▶ [YOUR TASK]: Exactly the lines below from the one with "28.552348622), (7.217664, 25.281167832))" up to and including the one with "31.695992295), (10.816552206, 32.73051728))" make up the answer, with nothing else added.

Dataset entries:
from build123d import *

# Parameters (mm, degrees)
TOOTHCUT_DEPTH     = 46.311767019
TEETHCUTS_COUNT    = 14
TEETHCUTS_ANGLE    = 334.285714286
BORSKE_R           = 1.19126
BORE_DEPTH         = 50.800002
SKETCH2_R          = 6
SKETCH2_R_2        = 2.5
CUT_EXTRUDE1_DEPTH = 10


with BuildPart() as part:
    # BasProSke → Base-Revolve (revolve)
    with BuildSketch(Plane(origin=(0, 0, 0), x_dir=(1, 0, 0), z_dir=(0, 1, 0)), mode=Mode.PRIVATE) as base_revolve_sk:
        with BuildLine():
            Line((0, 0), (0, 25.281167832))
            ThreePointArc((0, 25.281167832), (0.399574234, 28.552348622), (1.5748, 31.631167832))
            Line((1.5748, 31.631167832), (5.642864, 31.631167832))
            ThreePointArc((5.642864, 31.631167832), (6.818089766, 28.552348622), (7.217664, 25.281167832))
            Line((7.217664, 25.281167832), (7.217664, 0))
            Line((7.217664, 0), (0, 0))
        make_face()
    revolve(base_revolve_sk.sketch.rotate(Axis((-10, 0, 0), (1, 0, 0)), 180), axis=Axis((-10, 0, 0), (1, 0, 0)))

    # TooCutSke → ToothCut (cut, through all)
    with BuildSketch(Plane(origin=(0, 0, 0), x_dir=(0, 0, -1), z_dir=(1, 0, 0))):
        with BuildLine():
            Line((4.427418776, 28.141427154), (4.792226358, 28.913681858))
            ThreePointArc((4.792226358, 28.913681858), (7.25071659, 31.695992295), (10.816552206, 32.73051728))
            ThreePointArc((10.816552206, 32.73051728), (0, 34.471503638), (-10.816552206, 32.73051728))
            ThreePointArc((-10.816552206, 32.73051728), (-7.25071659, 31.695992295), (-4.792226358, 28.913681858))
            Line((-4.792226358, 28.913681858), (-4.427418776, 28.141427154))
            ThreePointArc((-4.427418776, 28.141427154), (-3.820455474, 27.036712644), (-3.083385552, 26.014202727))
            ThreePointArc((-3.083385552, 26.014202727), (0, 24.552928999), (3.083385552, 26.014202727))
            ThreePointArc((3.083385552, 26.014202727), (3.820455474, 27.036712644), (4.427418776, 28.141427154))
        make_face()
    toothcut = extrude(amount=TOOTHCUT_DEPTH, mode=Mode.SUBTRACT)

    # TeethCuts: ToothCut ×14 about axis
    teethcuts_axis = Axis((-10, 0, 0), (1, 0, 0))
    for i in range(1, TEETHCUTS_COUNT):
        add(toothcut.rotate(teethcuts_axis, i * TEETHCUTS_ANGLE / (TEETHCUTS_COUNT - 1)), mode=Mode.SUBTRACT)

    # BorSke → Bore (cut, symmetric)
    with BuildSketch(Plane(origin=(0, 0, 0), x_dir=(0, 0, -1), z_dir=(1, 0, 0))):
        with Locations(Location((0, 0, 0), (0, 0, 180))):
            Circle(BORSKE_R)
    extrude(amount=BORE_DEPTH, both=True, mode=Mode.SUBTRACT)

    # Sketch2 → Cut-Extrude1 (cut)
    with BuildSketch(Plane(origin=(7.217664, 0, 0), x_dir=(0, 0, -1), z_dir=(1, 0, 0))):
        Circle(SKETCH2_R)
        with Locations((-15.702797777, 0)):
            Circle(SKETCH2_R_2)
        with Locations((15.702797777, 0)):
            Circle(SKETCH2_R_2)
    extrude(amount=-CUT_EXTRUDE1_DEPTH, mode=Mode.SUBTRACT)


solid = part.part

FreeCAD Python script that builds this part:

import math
import FreeCAD as App
import Part
import Sketcher

V = App.Vector
Q = App.Units.Quantity

doc = App.newDocument("Part")
params = doc.addObject("Spreadsheet::Sheet", "Params")
for row, (alias, value) in enumerate([
    ("revolution_angle", "360 deg"),
    ("pocket2_length", "101.600004 mm"),
    ("sketch4_diameter", "12 mm"),
    ("sketch4_diameter2", "5 mm"),
    ("pocket3_length", "10 mm"),
], start=1):
    params.set(f"A{row}", alias)
    params.set(f"B{row}", "=" + value)
    params.setAlias(f"B{row}", alias)

body = doc.addObject("PartDesign::Body", "Body")

# Sketch on XZ plane
sketch1 = body.newObject("Sketcher::SketchObject", "Sketch")
sketch1.AttachmentSupport = (doc.getObject("XZ_Plane"), [""])
sketch1.MapMode = "FlatFace"
sketch1.addGeometry(Part.LineSegment(V(0, -25.281168, 0), V(0, 0, 0)), False)
sketch1.addGeometry(Part.LineSegment(V(0, 0, 0), V(7.217664, 0, 0)), False)
sketch1.addGeometry(Part.LineSegment(V(7.217664, 0, 0), V(7.217664, -25.281168, 0)), False)
sketch1.addGeometry(Part.ArcOfCircle(Part.Circle(V(-6.372155, -25.281168, 0), V(0, 0, 1), 13.589819), math.radians(-27.856684), math.radians(0)), False)
sketch1.addGeometry(Part.LineSegment(V(5.642864, -31.631168, 0), V(1.5748, -31.631168, 0)), False)
sketch1.addGeometry(Part.ArcOfCircle(Part.Circle(V(13.589819, -25.281168, 0), V(0, 0, 1), 13.589819), math.radians(180), math.radians(207.856684)), False)
sketch1.addConstraint(Sketcher.Constraint("Coincident", 0, 2, 1, 1))
sketch1.addConstraint(Sketcher.Constraint("Coincident", 1, 2, 2, 1))
sketch1.addConstraint(Sketcher.Constraint("Tangent", 2, 2, 3, 2))
sketch1.addConstraint(Sketcher.Constraint("Coincident", 3, 1, 4, 1))
sketch1.addConstraint(Sketcher.Constraint("Coincident", 4, 2, 5, 2))
sketch1.addConstraint(Sketcher.Constraint("Tangent", 5, 1, 0, 1))
sketch1.addConstraint(Sketcher.Constraint("Vertical", 0))
sketch1.addConstraint(Sketcher.Constraint("Horizontal", 1))
sketch1.addConstraint(Sketcher.Constraint("Vertical", 2))
sketch1.addConstraint(Sketcher.Constraint("Horizontal", 4))
sketch1.addConstraint(Sketcher.Constraint("Coincident", 0, 2, -1, 1))
sketch1.addConstraint(Sketcher.Constraint("Equal", 3, 5))
sketch1.addConstraint(Sketcher.Constraint("Horizontal", 3, 3, 5, 3))
sketch1.addConstraint(Sketcher.Constraint("Radius", 3, Q("13.589819 mm")))
sketch1.addConstraint(Sketcher.Constraint("DistanceY", 3, 1, 2, 2, Q("6.35 mm")))
sketch1.addConstraint(Sketcher.Constraint("DistanceX", 1, 1, 1, 2, Q("7.217664 mm")))
sketch1.addConstraint(Sketcher.Constraint("DistanceY", 0, 1, 0, 2, Q("25.281168 mm")))
revolution = body.newObject("PartDesign::Revolution", "Revolution")
revolution.Profile = sketch1
revolution.ReferenceAxis = (sketch1, ["H_Axis"])
revolution.setExpression("Angle", "Params.revolution_angle")

# Sketch on YZ plane
sketch2 = body.newObject("Sketcher::SketchObject", "Sketch001")
sketch2.AttachmentSupport = (doc.getObject("YZ_Plane"), [""])
sketch2.MapMode = "FlatFace"
sketch2.addGeometry(Part.LineSegment(V(28.141427, -4.427419, 0), V(28.913682, -4.792226, 0)), False)
sketch2.addGeometry(Part.ArcOfCircle(Part.Circle(V(26.067834, -10.816552, 0), V(0, 0, 1), 6.662684), math.radians(0), math.radians(64.714286)), False)
sketch2.addGeometry(Part.ArcOfCircle(Part.Circle(V(0, 0, 0), V(0, 0, 1), 34.471504), math.radians(-18.287326), math.radians(18.287326)), False)
sketch2.addGeometry(Part.ArcOfCircle(Part.Circle(V(26.067834, 10.816552, 0), V(0, 0, 1), 6.662684), math.radians(-64.714286), math.radians(0)), False)
sketch2.addGeometry(Part.LineSegment(V(28.913682, 4.792226, 0), V(28.141427, 4.427419, 0)), False)
sketch2.addGeometry(Part.ArcOfCircle(Part.Circle(V(32.550951, -4.907024, 0), V(0, 0, 1), 10.323552), math.radians(115.285714), math.radians(129.285714)), False)
sketch2.addGeometry(Part.ArcOfCircle(Part.Circle(V(28.536641, 0, 0), V(0, 0, 1), 3.983712), math.radians(129.285714), math.radians(230.714286)), False)
sketch2.addGeometry(Part.ArcOfCircle(Part.Circle(V(32.550951, 4.907024, 0), V(0, 0, 1), 10.323552), math.radians(-129.285714), math.radians(-115.285714)), False)
sketch2.addConstraint(Sketcher.Constraint("Tangent", 0, 2, 1, 2))
sketch2.addConstraint(Sketcher.Constraint("Coincident", 1, 1, 2, 1))
sketch2.addConstraint(Sketcher.Constraint("Coincident", 2, 2, 3, 2))
sketch2.addConstraint(Sketcher.Constraint("Tangent", 3, 1, 4, 1))
sketch2.addConstraint(Sketcher.Constraint("Tangent", 4, 2, 5, 1))
sketch2.addConstraint(Sketcher.Constraint("Tangent", 5, 2, 6, 1))
sketch2.addConstraint(Sketcher.Constraint("Tangent", 6, 2, 7, 1))
sketch2.addConstraint(Sketcher.Constraint("Tangent", 7, 2, 0, 1))
sketch2.addConstraint(Sketcher.Constraint("Coincident", 2, 3, -1, 1))
sketch2.addConstraint(Sketcher.Constraint("Equal", 1, 3))
sketch2.addConstraint(Sketcher.Constraint("Equal", 5, 7))
sketch2.addConstraint(Sketcher.Constraint("Symmetric", 1, 3, 3, 3, -1))
sketch2.addConstraint(Sketcher.Constraint("Symmetric", 5, 3, 7, 3, -1))
sketch2.addConstraint(Sketcher.Constraint("Horizontal", 3, 3, 2, 2))
sketch2.addConstraint(Sketcher.Constraint("Radius", 5, Q("10.323552 mm")))
sketch2.addConstraint(Sketcher.Constraint("Radius", 1, Q("6.662684 mm")))
sketch2.addConstraint(Sketcher.Constraint("Radius", 2, Q("34.471504 mm")))
sketch2.addConstraint(Sketcher.Constraint("Radius", 6, Q("3.983712 mm")))
sketch2.addConstraint(Sketcher.Constraint("DistanceX", -1, 1, 5, 3, Q("32.550951 mm")))
sketch2.addConstraint(Sketcher.Constraint("DistanceX", -1, 1, 6, 3, Q("28.536641 mm")))
sketch2.addConstraint(Sketcher.Constraint("DistanceX", -1, 1, 0, 2, Q("28.913682 mm")))
pocket1 = body.newObject("PartDesign::Pocket", "Pocket")
pocket1.Profile = sketch2
pocket1.Type = "ThroughAll"
pocket1.Reversed = True
doc.recompute()

polarpattern = body.newObject("PartDesign::PolarPattern", "PolarPattern")
polarpattern.Originals = [pocket1]
polarpattern.Axis = (doc.getObject("X_Axis"), [""])
polarpattern.Angle = 360
polarpattern.Occurrences = 14
body.Tip = polarpattern

# Sketch on YZ plane
sketch3 = body.newObject("Sketcher::SketchObject", "Sketch002")
sketch3.AttachmentSupport = (doc.getObject("YZ_Plane"), [""])
sketch3.MapMode = "FlatFace"
sketch3.addGeometry(Part.Circle(V(0, 0, 0), V(0, 0, 1), 1.19126), False)
sketch3.addConstraint(Sketcher.Constraint("Coincident", 0, 3, -1, 1))
sketch3.addConstraint(Sketcher.Constraint("Diameter", 0, Q("2.38252 mm")))
pocket2 = body.newObject("PartDesign::Pocket", "Pocket001")
pocket2.Profile = sketch3
pocket2.setExpression("Length", "Params.pocket2_length")
pocket2.Midplane = True

# Sketch on YZ plane
sketch4 = body.newObject("Sketcher::SketchObject", "Sketch003")
sketch4.AttachmentSupport = (doc.getObject("YZ_Plane"), [""])
sketch4.MapMode = "FlatFace"
sketch4.AttachmentOffset = App.Placement(V(0, 0, 7.217664), App.Rotation())
sketch4.addGeometry(Part.Circle(V(0, 0, 0), V(0, 0, 1), 6), False)
sketch4.addGeometry(Part.Circle(V(0, 15.702798, 0), V(0, 0, 1), 2.5), False)
sketch4.addGeometry(Part.Circle(V(0, -15.702798, 0), V(0, 0, 1), 2.5), False)
sketch4.addConstraint(Sketcher.Constraint("Coincident", 0, 3, -1, 1))
sketch4.addConstraint(Sketcher.Constraint("Equal", 1, 2))
sketch4.addConstraint(Sketcher.Constraint("Symmetric", 1, 3, 2, 3, -1, 1))
sketch4.addConstraint(Sketcher.Constraint("PointOnObject", 1, 3, -2))
sketch4.addConstraint(Sketcher.Constraint("Diameter", 0, Q("12 mm")))
sketch4.addConstraint(Sketcher.Constraint("Diameter", 1, Q("5 mm")))
sketch4.addConstraint(Sketcher.Constraint("DistanceY", -1, 1, 1, 3, Q("15.702798 mm")))
sketch4.setExpression("Constraints[4]", "Params.sketch4_diameter")
sketch4.setExpression("Constraints[5]", "Params.sketch4_diameter2")
pocket3 = body.newObject("PartDesign::Pocket", "Pocket002")
pocket3.Profile = sketch4
pocket3.setExpression("Length", "Params.pocket3_length")

doc.recompute()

▶ [SOLVED EXERCISE]:
            ThreePointArc((5.642864, 31.631167832), (6.818089766, 28.552348622), (7.217664, 25.281167832))
            Line((7.217664, 25.281167832), (7.217664, 0))
            Line((7.217664, 0), (0, 0))
        make_face()
    revolve(base_revolve_sk.sketch.rotate(Axis((-10, 0, 0), (1, 0, 0)), 180), axis=Axis((-10, 0, 0), (1, 0, 0)))

    # TooCutSke → ToothCut (cut, through all)
    with BuildSketch(Plane(origin=(0, 0, 0), x_dir=(0, 0, -1), z_dir=(1, 0, 0))):
        with BuildLine():
            Line((4.427418776, 28.141427154), (4.792226358, 28.913681858))
            ThreePointArc((4.792226358, 28.913681858), (7.25071659, 31.695992295), (10.816552206, 32.73051728))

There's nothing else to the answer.